Where are your positively geared IPs??

I see your point but let's also say that your tenants leave half way through the year and the property value decreases or is stagnant throughout the year.

It's a gamble, not investment

The same thing can happen even if you put in cash? In your eyes it would still be a gamble.

Prices can go well below 80% of the price you pay, too.
 
The same thing can happen even if you put in cash? In your eyes it would still be a gamble.

Prices can go well below 80% of the price you pay, too.

Correct, risk comes with any investment. But the risk is highly amplified when one is leveraged beyond the value of the property to begin with.
 
Okay, I'm not sure if Antistar is aware, but NOBODY is disagreeing. There seems to be a misunderstanding as to what everyone is debating.

Anywho, as for does money need to be put in to make money. I most certainly believe there is. And this is from experience.

Here's a simple (real) example that I love which I first read on somersoft.

1. Girl goes to caf? and offers to supply cakes;
2. Girl goes to sarah lee factory and buys cakes on 30 day account;
3. Girl sells cakes to caf? and receives payment within the week;
4. Girl leaves payment in savings account accruing interest;
5. Girl pays 30 day trade account.

Sure we can argue she put money into opening the bank account, but it is essentially a Other Peoples Money (OPM) deal.

Amazon/Ebay are much bigger examples of the same concept. Replace caf? with consumer and cake with products manufactured in China. Order book online, book is sent directly from suppliers storage to consumer. No money required by owner of the website.

That would be OPM and Other Peoples Time (OPT).
 
Correct, risk comes with any investment. But the risk is highly amplified when one is leveraged beyond the value of the property to begin with.

Which falls outside of the scope of defining what is investment vs. gambling - especially when talking about calculating cash flow on an investment purchase. :)

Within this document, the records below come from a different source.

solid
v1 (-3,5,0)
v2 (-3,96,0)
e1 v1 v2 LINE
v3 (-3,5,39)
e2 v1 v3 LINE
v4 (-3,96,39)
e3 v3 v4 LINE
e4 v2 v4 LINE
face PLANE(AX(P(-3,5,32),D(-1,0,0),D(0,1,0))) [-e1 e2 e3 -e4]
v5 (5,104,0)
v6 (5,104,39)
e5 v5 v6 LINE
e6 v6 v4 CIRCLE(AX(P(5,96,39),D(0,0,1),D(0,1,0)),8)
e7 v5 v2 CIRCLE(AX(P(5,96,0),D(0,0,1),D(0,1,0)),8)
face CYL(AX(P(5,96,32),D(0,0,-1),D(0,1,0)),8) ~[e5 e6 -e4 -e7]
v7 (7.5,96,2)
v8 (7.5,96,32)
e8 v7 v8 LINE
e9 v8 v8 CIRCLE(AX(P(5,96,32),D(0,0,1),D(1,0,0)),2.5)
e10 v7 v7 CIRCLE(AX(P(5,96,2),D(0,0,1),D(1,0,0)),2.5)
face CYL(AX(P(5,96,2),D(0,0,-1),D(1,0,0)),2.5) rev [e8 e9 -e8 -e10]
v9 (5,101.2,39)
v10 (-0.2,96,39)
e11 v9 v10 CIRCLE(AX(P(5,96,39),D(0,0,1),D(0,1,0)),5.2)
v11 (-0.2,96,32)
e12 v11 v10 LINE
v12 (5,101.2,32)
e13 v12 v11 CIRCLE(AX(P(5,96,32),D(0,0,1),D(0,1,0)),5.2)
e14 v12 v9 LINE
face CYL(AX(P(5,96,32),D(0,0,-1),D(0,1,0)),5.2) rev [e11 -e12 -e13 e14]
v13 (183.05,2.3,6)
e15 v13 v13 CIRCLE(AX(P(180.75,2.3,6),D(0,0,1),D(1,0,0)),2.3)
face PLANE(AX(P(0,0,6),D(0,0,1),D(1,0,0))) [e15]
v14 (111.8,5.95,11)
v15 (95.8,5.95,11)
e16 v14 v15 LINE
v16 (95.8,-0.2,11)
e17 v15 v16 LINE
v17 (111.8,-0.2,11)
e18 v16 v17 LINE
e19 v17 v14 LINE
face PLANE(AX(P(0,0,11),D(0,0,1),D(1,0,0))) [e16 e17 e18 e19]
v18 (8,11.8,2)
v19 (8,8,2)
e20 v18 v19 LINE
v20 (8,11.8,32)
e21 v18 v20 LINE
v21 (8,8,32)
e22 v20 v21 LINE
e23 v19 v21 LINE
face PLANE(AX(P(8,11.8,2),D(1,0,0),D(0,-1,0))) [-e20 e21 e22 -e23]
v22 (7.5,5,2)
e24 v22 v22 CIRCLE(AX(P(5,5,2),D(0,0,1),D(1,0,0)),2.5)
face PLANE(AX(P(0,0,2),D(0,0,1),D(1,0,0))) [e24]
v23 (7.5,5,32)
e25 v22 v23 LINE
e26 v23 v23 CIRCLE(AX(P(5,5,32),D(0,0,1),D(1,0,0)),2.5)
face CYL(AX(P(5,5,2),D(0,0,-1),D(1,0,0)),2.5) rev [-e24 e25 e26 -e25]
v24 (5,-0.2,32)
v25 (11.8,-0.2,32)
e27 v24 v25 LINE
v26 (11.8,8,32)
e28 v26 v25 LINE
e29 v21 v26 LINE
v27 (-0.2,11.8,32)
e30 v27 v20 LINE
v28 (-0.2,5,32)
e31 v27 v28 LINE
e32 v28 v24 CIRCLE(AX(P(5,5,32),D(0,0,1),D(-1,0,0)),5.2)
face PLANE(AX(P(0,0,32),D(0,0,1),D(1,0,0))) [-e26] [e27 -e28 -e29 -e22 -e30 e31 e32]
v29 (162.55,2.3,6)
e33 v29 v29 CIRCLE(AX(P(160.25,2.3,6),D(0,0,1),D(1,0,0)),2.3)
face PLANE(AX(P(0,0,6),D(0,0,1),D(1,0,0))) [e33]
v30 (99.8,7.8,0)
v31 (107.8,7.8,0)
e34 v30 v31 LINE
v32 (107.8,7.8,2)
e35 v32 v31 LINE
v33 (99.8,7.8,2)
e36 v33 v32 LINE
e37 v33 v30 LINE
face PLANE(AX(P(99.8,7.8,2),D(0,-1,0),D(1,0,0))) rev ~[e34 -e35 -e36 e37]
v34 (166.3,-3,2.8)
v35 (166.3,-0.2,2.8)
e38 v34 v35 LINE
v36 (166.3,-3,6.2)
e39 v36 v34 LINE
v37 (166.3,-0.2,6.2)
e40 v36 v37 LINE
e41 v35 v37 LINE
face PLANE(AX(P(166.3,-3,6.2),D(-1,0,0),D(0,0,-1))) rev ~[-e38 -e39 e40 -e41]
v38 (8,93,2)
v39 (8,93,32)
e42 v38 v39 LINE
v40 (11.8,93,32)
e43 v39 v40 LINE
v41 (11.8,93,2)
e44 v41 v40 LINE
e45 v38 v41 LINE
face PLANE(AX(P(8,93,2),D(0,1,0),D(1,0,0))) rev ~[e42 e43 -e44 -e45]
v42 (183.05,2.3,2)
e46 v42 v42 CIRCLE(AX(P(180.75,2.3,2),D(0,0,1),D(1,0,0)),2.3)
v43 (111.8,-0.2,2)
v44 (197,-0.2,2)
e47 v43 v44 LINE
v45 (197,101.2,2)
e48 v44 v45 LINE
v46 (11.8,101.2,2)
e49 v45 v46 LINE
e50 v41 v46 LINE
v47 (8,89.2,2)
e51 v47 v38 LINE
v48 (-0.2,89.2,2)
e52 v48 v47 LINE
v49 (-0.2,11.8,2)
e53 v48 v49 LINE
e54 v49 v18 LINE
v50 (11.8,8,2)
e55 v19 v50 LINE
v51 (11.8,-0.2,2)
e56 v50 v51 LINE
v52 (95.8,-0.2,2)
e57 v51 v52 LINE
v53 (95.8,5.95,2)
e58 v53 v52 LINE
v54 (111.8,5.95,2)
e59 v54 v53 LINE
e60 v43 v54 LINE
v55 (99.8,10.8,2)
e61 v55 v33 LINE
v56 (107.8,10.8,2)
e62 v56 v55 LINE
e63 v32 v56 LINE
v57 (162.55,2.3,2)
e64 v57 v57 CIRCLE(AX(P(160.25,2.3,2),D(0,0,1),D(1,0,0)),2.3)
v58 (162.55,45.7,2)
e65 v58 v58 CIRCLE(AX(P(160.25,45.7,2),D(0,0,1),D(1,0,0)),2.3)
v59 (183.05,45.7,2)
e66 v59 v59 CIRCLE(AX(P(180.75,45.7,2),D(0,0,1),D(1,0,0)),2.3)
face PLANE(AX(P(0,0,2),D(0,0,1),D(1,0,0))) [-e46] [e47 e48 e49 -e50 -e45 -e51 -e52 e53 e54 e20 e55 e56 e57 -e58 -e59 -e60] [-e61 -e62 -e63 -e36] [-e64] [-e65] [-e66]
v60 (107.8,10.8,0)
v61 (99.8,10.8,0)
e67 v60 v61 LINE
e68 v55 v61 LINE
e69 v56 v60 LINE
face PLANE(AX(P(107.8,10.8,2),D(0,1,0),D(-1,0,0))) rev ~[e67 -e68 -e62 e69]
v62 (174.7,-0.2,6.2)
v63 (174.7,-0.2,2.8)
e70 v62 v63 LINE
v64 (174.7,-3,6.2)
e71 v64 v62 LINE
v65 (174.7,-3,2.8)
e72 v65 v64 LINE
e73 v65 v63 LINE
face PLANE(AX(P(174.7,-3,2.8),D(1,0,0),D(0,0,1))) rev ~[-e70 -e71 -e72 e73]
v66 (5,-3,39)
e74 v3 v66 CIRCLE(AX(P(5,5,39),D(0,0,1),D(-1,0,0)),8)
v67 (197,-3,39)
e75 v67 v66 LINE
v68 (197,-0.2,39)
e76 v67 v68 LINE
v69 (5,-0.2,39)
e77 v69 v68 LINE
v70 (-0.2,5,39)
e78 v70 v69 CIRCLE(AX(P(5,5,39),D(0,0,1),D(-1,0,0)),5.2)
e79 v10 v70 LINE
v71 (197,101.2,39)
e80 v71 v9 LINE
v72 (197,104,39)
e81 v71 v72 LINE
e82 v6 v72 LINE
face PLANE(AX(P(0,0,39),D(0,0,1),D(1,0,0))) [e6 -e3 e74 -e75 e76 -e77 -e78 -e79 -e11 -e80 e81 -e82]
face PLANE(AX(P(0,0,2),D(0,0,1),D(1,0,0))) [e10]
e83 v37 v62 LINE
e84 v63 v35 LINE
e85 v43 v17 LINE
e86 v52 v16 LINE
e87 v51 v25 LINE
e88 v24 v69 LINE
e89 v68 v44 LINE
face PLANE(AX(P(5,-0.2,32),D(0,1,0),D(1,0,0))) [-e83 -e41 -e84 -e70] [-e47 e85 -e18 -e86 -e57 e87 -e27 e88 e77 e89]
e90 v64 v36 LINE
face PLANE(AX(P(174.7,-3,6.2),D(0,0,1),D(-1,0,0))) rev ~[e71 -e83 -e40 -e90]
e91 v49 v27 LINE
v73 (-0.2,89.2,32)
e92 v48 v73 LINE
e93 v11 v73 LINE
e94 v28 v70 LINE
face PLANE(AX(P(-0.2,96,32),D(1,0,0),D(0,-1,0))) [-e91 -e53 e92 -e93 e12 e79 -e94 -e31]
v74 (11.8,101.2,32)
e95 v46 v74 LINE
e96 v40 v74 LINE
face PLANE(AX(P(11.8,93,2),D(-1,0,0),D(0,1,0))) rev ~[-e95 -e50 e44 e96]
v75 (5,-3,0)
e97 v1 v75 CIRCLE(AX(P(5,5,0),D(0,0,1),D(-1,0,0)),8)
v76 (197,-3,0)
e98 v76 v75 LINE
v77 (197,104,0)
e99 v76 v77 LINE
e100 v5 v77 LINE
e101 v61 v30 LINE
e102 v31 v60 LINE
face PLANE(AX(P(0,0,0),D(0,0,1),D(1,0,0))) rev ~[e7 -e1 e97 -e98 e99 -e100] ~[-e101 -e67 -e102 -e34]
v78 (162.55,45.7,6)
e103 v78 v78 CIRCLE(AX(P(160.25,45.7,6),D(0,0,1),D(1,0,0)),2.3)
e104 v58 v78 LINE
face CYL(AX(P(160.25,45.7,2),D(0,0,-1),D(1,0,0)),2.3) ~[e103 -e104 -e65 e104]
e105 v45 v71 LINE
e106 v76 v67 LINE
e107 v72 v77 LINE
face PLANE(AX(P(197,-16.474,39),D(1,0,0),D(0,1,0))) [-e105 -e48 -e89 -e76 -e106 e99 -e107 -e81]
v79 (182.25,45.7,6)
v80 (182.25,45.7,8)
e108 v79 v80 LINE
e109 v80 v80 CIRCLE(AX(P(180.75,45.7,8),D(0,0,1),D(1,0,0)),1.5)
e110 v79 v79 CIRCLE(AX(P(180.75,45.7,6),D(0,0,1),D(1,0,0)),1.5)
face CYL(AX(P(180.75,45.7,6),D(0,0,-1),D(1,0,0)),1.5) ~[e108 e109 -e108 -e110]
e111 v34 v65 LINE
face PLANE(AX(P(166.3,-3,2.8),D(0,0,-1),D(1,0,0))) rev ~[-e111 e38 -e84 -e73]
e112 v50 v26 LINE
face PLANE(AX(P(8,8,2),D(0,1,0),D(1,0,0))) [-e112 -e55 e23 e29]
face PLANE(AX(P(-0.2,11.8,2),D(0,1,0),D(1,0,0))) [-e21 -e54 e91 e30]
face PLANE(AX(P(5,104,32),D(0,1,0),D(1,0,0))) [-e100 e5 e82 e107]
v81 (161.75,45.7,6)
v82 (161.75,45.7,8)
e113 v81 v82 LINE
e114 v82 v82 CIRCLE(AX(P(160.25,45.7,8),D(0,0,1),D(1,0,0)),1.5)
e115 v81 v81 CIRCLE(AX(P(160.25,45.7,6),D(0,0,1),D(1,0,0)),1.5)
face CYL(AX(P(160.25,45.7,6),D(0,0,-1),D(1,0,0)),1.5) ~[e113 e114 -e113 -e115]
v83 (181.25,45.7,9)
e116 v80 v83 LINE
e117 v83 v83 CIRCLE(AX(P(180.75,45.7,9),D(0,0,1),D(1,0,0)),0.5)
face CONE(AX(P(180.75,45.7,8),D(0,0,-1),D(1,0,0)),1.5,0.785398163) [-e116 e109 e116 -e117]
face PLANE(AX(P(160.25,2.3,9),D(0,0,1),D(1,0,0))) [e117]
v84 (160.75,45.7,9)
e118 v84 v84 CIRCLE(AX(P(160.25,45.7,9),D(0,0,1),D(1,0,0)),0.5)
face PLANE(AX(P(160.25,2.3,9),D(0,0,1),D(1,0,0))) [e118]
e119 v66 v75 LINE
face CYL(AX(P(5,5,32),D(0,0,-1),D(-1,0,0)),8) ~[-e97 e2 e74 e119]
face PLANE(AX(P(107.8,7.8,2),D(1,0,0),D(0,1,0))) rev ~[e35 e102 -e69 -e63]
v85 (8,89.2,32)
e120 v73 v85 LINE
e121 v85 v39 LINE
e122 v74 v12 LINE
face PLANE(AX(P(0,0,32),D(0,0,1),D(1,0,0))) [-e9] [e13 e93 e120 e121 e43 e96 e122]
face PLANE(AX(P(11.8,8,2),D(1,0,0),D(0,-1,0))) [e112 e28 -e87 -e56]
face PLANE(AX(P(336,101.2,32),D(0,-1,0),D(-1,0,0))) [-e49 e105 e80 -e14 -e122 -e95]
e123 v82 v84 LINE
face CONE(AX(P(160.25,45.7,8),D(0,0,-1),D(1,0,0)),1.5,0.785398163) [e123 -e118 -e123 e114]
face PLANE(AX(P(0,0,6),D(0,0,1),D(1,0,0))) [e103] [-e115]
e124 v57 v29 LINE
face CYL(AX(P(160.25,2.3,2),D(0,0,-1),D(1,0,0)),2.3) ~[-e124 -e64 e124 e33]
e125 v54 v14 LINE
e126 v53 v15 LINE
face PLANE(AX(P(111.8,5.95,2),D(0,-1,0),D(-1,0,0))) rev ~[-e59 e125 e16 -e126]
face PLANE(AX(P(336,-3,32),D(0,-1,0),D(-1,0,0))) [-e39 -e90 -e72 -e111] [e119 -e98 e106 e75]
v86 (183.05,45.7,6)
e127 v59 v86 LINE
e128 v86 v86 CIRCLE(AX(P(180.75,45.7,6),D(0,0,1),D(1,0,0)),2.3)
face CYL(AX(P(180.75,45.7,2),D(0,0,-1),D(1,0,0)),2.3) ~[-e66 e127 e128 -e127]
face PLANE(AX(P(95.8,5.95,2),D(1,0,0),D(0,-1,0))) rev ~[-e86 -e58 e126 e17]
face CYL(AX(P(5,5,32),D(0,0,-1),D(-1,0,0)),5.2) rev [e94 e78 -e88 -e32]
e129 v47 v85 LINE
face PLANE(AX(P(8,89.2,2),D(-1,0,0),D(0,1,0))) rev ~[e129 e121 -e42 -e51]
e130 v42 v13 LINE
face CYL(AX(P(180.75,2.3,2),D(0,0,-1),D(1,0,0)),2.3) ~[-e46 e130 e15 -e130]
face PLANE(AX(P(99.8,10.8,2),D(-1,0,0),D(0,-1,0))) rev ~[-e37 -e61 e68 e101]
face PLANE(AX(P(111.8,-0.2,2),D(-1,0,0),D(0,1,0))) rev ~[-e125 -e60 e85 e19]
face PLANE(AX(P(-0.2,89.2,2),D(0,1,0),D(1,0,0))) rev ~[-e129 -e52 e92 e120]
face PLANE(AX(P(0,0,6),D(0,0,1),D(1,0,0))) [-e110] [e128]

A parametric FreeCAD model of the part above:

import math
import FreeCAD as App
import Part
import Sketcher


def edges_at(feature, points):
    """Names of the edges that pass closest to the given points."""
    edges = feature.Shape.Edges
    near = lambda p: min(range(len(edges)), key=lambda i: edges[i].distToShape(Part.Vertex(*p))[0])
    return sorted({f"Edge{near(p) + 1}" for p in points})


def add_polygon(sketch, points):
    """Adds a closed chain of lines whose ends are joined by coincident constraints."""
    first, n = sketch.GeometryCount, len(points)
    for a, b in zip(points, points[1:] + points[:1]):
        sketch.addGeometry(Part.LineSegment(App.Vector(*a, 0), App.Vector(*b, 0)), False)
    for i in range(n):
        sketch.addConstraint(Sketcher.Constraint("Coincident", first + i, 2, first + (i + 1) % n, 1))

doc = App.newDocument("Part")
body = doc.addObject("PartDesign::Body", "Body")

# Sketch on XY plane
sketch1 = body.newObject("Sketcher::SketchObject", "Sketch")
sketch1.AttachmentSupport = (doc.getObject("XY_Plane"), [""])
sketch1.MapMode = "FlatFace"
sketch1.addGeometry([
    Part.LineSegment(App.Vector(336, 104, 0), App.Vector(5, 104, 0)),  # 0
    Part.ArcOfCircle(Part.Circle(App.Vector(5, 96, 0), App.Vector(0, 0, 1), 8), math.radians(90), math.radians(180)),  # 1
    Part.LineSegment(App.Vector(-3, 96, 0), App.Vector(-3, 5, 0)),  # 2
    Part.ArcOfCircle(Part.Circle(App.Vector(5, 5, 0), App.Vector(0, 0, 1), 8), math.radians(180), math.radians(270)),  # 3
    Part.LineSegment(App.Vector(5, -3, 0), App.Vector(336, -3, 0)),  # 4
    Part.ArcOfCircle(Part.Circle(App.Vector(336, 5, 0), App.Vector(0, 0, 1), 8), math.radians(-90), math.radians(0)),  # 5
    Part.LineSegment(App.Vector(344, 5, 0), App.Vector(344, 96, 0)),  # 6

As previously said in this thread, 105% is used to make it easy to compare apples with apples. Otherwise you can put a 90% deposit down on a 1.2m 2.5% yield property and call it a cash flow investment, which is a distortion on reality.

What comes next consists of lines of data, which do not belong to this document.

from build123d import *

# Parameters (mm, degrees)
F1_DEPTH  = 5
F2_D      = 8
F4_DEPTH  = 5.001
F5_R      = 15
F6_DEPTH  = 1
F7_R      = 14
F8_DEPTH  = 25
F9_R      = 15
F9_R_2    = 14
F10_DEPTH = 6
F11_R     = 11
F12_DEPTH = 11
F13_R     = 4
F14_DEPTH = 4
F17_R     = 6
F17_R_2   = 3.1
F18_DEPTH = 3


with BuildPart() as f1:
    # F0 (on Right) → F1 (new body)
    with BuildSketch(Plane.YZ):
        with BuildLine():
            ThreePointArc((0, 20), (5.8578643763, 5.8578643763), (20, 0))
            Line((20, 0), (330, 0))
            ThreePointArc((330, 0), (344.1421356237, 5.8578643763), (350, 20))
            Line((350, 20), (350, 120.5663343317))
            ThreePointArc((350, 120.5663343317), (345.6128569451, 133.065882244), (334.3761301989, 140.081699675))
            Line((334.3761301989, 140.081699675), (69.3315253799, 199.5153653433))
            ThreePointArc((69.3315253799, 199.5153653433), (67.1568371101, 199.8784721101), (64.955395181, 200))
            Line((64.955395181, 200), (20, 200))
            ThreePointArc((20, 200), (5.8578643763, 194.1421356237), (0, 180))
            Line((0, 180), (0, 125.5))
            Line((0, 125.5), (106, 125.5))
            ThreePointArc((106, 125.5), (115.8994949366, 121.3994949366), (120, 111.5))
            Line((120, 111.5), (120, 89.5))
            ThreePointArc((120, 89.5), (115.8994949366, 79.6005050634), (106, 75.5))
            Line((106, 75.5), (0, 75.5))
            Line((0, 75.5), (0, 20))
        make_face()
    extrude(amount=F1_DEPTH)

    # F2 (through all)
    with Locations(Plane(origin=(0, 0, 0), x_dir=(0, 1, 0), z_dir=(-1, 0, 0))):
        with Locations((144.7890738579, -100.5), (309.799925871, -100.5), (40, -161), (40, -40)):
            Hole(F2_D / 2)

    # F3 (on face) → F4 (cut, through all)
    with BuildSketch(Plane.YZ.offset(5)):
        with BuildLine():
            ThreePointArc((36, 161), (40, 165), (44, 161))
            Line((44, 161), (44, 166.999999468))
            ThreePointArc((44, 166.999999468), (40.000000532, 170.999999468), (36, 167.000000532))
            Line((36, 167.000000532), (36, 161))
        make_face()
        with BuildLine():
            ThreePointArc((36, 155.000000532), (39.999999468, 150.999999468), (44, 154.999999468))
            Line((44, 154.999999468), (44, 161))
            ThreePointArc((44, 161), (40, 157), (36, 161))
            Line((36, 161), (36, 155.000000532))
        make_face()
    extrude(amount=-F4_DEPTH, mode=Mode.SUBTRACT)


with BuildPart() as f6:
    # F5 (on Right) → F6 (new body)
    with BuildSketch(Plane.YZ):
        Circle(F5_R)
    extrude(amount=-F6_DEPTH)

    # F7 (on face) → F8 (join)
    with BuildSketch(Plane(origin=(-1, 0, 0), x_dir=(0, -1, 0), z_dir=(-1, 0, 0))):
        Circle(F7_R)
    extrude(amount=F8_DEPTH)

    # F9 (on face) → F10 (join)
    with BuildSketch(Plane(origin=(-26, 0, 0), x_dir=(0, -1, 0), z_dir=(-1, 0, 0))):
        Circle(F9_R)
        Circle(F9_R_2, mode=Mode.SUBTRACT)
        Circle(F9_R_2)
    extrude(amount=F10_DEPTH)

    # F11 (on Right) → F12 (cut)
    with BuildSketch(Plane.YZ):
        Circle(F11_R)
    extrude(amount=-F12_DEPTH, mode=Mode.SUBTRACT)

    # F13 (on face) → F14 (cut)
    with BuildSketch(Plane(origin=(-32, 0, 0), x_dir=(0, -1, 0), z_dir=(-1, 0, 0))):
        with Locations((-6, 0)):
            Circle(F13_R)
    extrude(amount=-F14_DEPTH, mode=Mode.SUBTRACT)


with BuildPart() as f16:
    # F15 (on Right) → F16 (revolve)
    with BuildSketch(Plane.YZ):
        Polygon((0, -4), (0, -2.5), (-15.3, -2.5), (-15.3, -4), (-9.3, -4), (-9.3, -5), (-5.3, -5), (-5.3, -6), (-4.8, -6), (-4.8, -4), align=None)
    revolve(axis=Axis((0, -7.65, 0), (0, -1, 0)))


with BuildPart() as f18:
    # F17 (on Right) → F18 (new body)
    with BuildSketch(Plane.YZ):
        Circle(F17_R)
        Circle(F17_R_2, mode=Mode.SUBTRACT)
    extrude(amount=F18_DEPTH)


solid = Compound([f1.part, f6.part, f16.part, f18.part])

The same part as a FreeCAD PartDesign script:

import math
import FreeCAD as App
import Part
import Sketcher
from FreeCAD import Vector


def add_polygon(sketch, points):
    """Adds a closed chain of lines whose ends are joined by coincident constraints."""
    first, n = sketch.GeometryCount, len(points)
    for a, b in zip(points, points[1:] + points[:1]):
        sketch.addGeometry(Part.LineSegment(App.Vector(*a, 0), App.Vector(*b, 0)), False)
    for i in range(n):
        sketch.addConstraint(Sketcher.Constraint("Coincident", first + i, 2, first + (i + 1) % n, 1))

doc = App.newDocument("Part")
body = doc.addObject("PartDesign::Body", "Body")

# Sketch on YZ plane
sketch1 = doc.addObject("Sketcher::SketchObject", "Sketch")
body.addObject(sketch1)
sketch1.AttachmentSupport = (doc.YZ_Plane, [""])
sketch1.MapMode = "FlatFace"
sketch1.addGeometry(Part.ArcOfCircle(Part.Circle(Vector(20, 20, 0), Vector(0, 0, 1), 20), math.radians(180), math.radians(270)), False)
sketch1.addGeometry(Part.LineSegment(Vector(20, 0, 0), Vector(330, 0, 0)), False)
sketch1.addGeometry(Part.ArcOfCircle(Part.Circle(Vector(330, 20, 0), Vector(0, 0, 1), 20), math.radians(-90), math.radians(0)), False)
sketch1.addGeometry(Part.LineSegment(Vector(350, 20, 0), Vector(350, 120.566334, 0)), False)
sketch1.addGeometry(Part.ArcOfCircle(Part.Circle(Vector(330, 120.566334, 0), Vector(0, 0, 1), 20), math.radians(0), math.radians(77.361057)), False)
sketch1.addGeometry(Part.LineSegment(Vector(334.37613, 140.0817, 0), Vector(69.331525, 199.515365, 0)), False)
sketch1.addGeometry(Part.ArcOfCircle(Part.Circle(Vector(64.955395, 180, 0), Vector(0, 0, 1), 20), math.radians(77.361057), math.radians(90)), False)
sketch1.addGeometry(Part.LineSegment(Vector(64.955395, 200, 0), Vector(20, 200, 0)), False)
sketch1.addGeometry(Part.ArcOfCircle(Part.Circle(Vector(20, 180, 0), Vector(0, 0, 1), 20), math.radians(90), math.radians(180)), False)
sketch1.addGeometry(Part.LineSegment(Vector(0, 180, 0), Vector(0, 125.5, 0)), False)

105% factoring removes this distortion and takes into account opportunity costs in a simple manner.

VERY basic example:

IP Purchase
Price: 1.2M
LVR: 10%
Loan: 120k
Interest (@5%): $6,000
Rent (@2.5%): $30,000
Net CF: $24,000 p.a

If that 1.08M was instead invested directly into a 5% yielding asset (not that amazing, could be an offset account, standard IP etc):
Asset Value: 1.08M
Net Yield @ 5%: $54,000

Always factor in opportunity cost, otherwise you're blurring the true investment cost.
 
As previously said in this thread, 105% is used to make it easy to compare apples with apples. Otherwise you can put a 90% deposit down on a 1.2m 2.5% yield property and call it a cash flow investment, which is a distortion on reality.

105% factoring removes this distortion and takes into account opportunity costs in a simple manner.

Antistar, this is ALL the 105% is. Its not about actual borrowing. Its just to compare apples with applies. Nothing more, nothing less. Its the same reason why gross yield is mentioned as a PERCENTAGE and not a dollar figure.

Regarding the LVR argument, each to their own. There is no right or wrong. It depends on one's circumstances.
 
I see your point but let's also say that your tenants leave half way through the year and the property value decreases or is stagnant throughout the year.

It's a gamble, not investment

If the tenants leave, then you just put more tenants in. I've never had a prolonged time without tenants & I've got more than a handful of IP's spread across this land. And with values, yes, they go up & they go down, but mostly they go up, unless you buy at the height of the market.

Yes, it might be a gamble if you buy out in timbucktoo, but for the most part, the people responding to this thread have positively geared properties in very large regionals, or on the outskirts of major cities. There's no shortages of tenants in these areas and there's also capital gain over the long term.
 
I'm new to property investing and I think I must be doing something wrong. I'm looking for a positively geared property but all the ones I look at online and do rough calculations on only seem to just cover the IO loan and the extras leaving nothing extra. I know you can add extra income by putting a granny flat and renting rooms seperately. But for my own curiosity I would like to know where are your positively geared IPs?
Thanks for answering in advance.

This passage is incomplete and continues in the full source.